Keep your arms at waist level forming a 90° angle with the elbows. Rotate your arms at the shoulders so that they swing back and forth. Your hands should not cross the imaginary line splitting your torso midway. A straight, upright posture, head up, back unswerving, and shoulders level.
Never underestimate the vital need for hydration. One hour before, have 16-24 ounces of water or other non-caffeinated beverage. Stop drinking anymore so that you don’t have to stop during your run. Have another 4-8 ounces before you start. While running, take 4-6 ounces every 20 minutes and if you are running at a higher pace of 8 mph, increase it to 6-8 ounces every 20 minutes. If your run is 90 minutes or longer, switch to a sports drink like Gatorade to replenish lost minerals and salts. Continue hydrating after your run, especially if your urine is dark yellow or orange.
The usual mistake here is to wear too much or too little clothing. Never wear cotton. Once wet, it’ll stay moist, which is dangerous in cold weather and cotton chafes. Instead, stick to tried and tested technical fabrics such as DryFit, Thinsulate, CoolMax, or propylene. These wick away the sweat, keeping you dry. In cold weather, don’t overdress. Body temperature will increase with exertion around 15 to 20°.
Perils Of Over-Training
Going overboard is the nemesis of beginners. The assumption that running every day will help them shape up faster is a fallacy. Overtraining causes burnout and sports injuries.

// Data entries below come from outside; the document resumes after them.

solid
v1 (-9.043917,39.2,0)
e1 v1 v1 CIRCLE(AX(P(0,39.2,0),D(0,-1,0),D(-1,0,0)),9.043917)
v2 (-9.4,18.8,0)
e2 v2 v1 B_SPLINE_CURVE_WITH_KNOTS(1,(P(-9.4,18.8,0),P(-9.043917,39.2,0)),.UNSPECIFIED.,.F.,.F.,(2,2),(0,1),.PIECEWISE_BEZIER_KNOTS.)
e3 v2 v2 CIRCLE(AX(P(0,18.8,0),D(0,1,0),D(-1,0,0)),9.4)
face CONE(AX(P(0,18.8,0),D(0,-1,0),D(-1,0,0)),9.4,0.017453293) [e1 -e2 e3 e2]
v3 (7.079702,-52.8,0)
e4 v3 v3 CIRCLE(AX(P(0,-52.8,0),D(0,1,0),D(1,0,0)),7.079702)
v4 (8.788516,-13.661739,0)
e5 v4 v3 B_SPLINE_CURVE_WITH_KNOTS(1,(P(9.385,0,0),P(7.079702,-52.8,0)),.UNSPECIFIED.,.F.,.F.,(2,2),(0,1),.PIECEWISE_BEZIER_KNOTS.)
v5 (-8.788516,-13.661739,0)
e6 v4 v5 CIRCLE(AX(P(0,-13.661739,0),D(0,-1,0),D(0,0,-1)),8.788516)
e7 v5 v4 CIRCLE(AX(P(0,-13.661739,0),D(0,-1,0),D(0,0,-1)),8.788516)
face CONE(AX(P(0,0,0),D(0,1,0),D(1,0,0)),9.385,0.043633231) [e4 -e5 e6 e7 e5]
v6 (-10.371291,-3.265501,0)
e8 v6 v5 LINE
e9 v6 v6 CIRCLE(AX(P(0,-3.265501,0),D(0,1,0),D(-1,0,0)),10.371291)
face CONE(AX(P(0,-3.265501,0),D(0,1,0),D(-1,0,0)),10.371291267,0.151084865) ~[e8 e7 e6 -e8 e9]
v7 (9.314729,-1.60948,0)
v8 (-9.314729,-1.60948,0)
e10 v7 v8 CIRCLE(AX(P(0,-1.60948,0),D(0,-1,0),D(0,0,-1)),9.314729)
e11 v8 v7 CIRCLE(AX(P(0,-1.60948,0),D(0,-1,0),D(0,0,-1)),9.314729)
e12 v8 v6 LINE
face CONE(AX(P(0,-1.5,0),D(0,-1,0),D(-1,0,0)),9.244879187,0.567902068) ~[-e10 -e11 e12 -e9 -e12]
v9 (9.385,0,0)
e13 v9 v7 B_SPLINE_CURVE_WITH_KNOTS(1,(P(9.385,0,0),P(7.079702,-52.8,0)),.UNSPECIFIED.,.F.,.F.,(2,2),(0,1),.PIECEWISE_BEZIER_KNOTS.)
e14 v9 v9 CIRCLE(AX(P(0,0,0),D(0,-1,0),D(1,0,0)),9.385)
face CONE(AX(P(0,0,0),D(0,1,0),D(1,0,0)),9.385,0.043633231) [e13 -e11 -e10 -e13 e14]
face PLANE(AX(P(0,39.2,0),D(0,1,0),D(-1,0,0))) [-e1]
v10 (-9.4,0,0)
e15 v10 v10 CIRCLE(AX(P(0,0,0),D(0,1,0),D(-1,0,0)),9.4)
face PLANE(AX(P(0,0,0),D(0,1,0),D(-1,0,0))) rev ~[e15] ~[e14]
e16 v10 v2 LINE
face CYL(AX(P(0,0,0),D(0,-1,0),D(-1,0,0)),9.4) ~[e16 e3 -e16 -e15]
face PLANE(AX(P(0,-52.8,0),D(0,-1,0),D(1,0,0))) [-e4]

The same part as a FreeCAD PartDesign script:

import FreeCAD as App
import Part
import Sketcher
from FreeCAD import Vector


def add_polygon(sketch, points):
    """Adds a closed chain of lines whose ends are joined by coincident constraints."""
    first, n = sketch.GeometryCount, len(points)
    for a, b in zip(points, points[1:] + points[:1]):
        sketch.addGeometry(Part.LineSegment(App.Vector(*a, 0), App.Vector(*b, 0)), False)
    for i in range(n):
        sketch.addConstraint(Sketcher.Constraint("Coincident", first + i, 2, first + (i + 1) % n, 1))

doc = App.newDocument("Part")
body = doc.addObject("PartDesign::Body", "Body")

# Sketch on XZ plane
sketch1 = doc.addObject("Sketcher::SketchObject", "Sketch")
body.addObject(sketch1)
sketch1.AttachmentSupport = (doc.XZ_Plane, [""])
sketch1.MapMode = "FlatFace"
sketch1.addGeometry(Part.Circle(Vector(0, 0, 0), Vector(0, 0, 1), 9.385), False)
sketch1.addConstraint([
    Sketcher.Constraint("Coincident", 0, 3, -1, 1),
    Sketcher.Constraint("Diameter", 0, 18.77),
])
pad1 = doc.addObject("PartDesign::Pad", "Pad")
body.addObject(pad1)
pad1.Profile = sketch1
pad1.Length = 52.8
pad1.TaperAngle = -2.5

# Sketch on XZ plane
sketch2 = doc.addObject("Sketcher::SketchObject", "Sketch001")
body.addObject(sketch2)
sketch2.AttachmentSupport = (doc.XZ_Plane, [""])
sketch2.MapMode = "FlatFace"
sketch2.addGeometry(Part.Circle(Vector(0, 0, 0), Vector(0, 0, 1), 9.4), False)
sketch2.addConstraint([
    Sketcher.Constraint("Coincident", 0, 3, -1, 1),
    Sketcher.Constraint("Diameter", 0, 18.8),
])
pad2 = doc.addObject("PartDesign::Pad", "Pad001")
body.addObject(pad2)
pad2.Profile = sketch2
pad2.Length = 18.8
pad2.Reversed = True

# Sketch on XZ plane
sketch3 = doc.addObject("Sketcher::SketchObject", "Sketch002")
body.addObject(sketch3)
sketch3.AttachmentSupport = (doc.XZ_Plane, [""])
sketch3.MapMode = "FlatFace"
sketch3.AttachmentOffset = App.Placement(Vector(0, 0, -18.8), App.Rotation())
sketch3.addGeometry(Part.Circle(Vector(0, 0, 0), Vector(0, 0, 1), 9.4), False)
sketch3.addConstraint([
    Sketcher.Constraint("Coincident", 0, 3, -1, 1),
    Sketcher.Constraint("Diameter", 0, 18.8),
])
pad3 = doc.addObject("PartDesign::Pad", "Pad002")
body.addObject(pad3)
pad3.Profile = sketch3
pad3.Length = 20.4
pad3.Reversed = True
pad3.TaperAngle = -1

# Sketch on XY plane
sketch4 = doc.addObject("Sketcher::SketchObject", "Sketch003")
body.addObject(sketch4)
sketch4.AttachmentSupport = (doc.XY_Plane, [""])
sketch4.MapMode = "FlatFace"
add_polygon(sketch4, [(-8.708295, -14.188659), (-9.244879, -1.5), (-10.371291, -3.265501)])  # lines 0-2
sketch4.addConstraint([
    Sketcher.Constraint("Distance", 0, 12.7),
    Sketcher.Constraint("DistanceY", 0, 2, -1, 1, 1.5),
    Sketcher.Constraint("DistanceY", 1, 2, -1, 1, 3.265501),
    Sketcher.Constraint("Distance", 1, 2.09423),
    Sketcher.Constraint("DistanceX", 0, 2, -1, 1, 9.244879),
    Sketcher.Constraint("DistanceY", 2, 2, -1, 1, 14.188659),
])
revolution = doc.addObject("PartDesign::Revolution", "Revolution")
body.addObject(revolution)
revolution.Profile = sketch4
revolution.ReferenceAxis = (sketch4, ["V_Axis"])
revolution.Angle = 360

doc.recompute()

- Increase mileage gradually.
- After a hard run, give yourself a day off.
- Every fourth week, cut down mileage to 50%.
- Add cross-training activities to ward off boredom doing only running.
In long-distance running, rookies make the mistake of stepping on the gas too early only to burn out early also. Your speed is something you should have figured out when training. Stick to it and check it at the first milestone. Adjust your pace accordingly. It would be best if you were running comfortably.
It would be best if you breathed through both mouth and nose. Muscles require a large volume of oxygen. Breathing only through the nose or mouth constricts the oxygen requirement. Breath from the diaphragm or belly as chest breathing is shallow. An appropriate pace is being able to do the ‘talk test.’ You should be able to converse while running without panting.
Before and during the run, we have already touched upon food intake. However, do not neglect to refuel. It is an essential aspect as your muscles need the carbs to rebuild glycogen stocks. After an hour of running, Ingest 100 calories and after that every 30-45 minutes.
We have put out concisely on how to prepare for a long run and some explanation on common mistakes made. Running is an exhilarating pastime, adding to your fitness levels, stamina, and health, and is a tremendous stress buster. In addition, the free flow of dopamine and endorphins significantly boost mental well-being. So why wait? Slip into your joggers and take off on a jog now.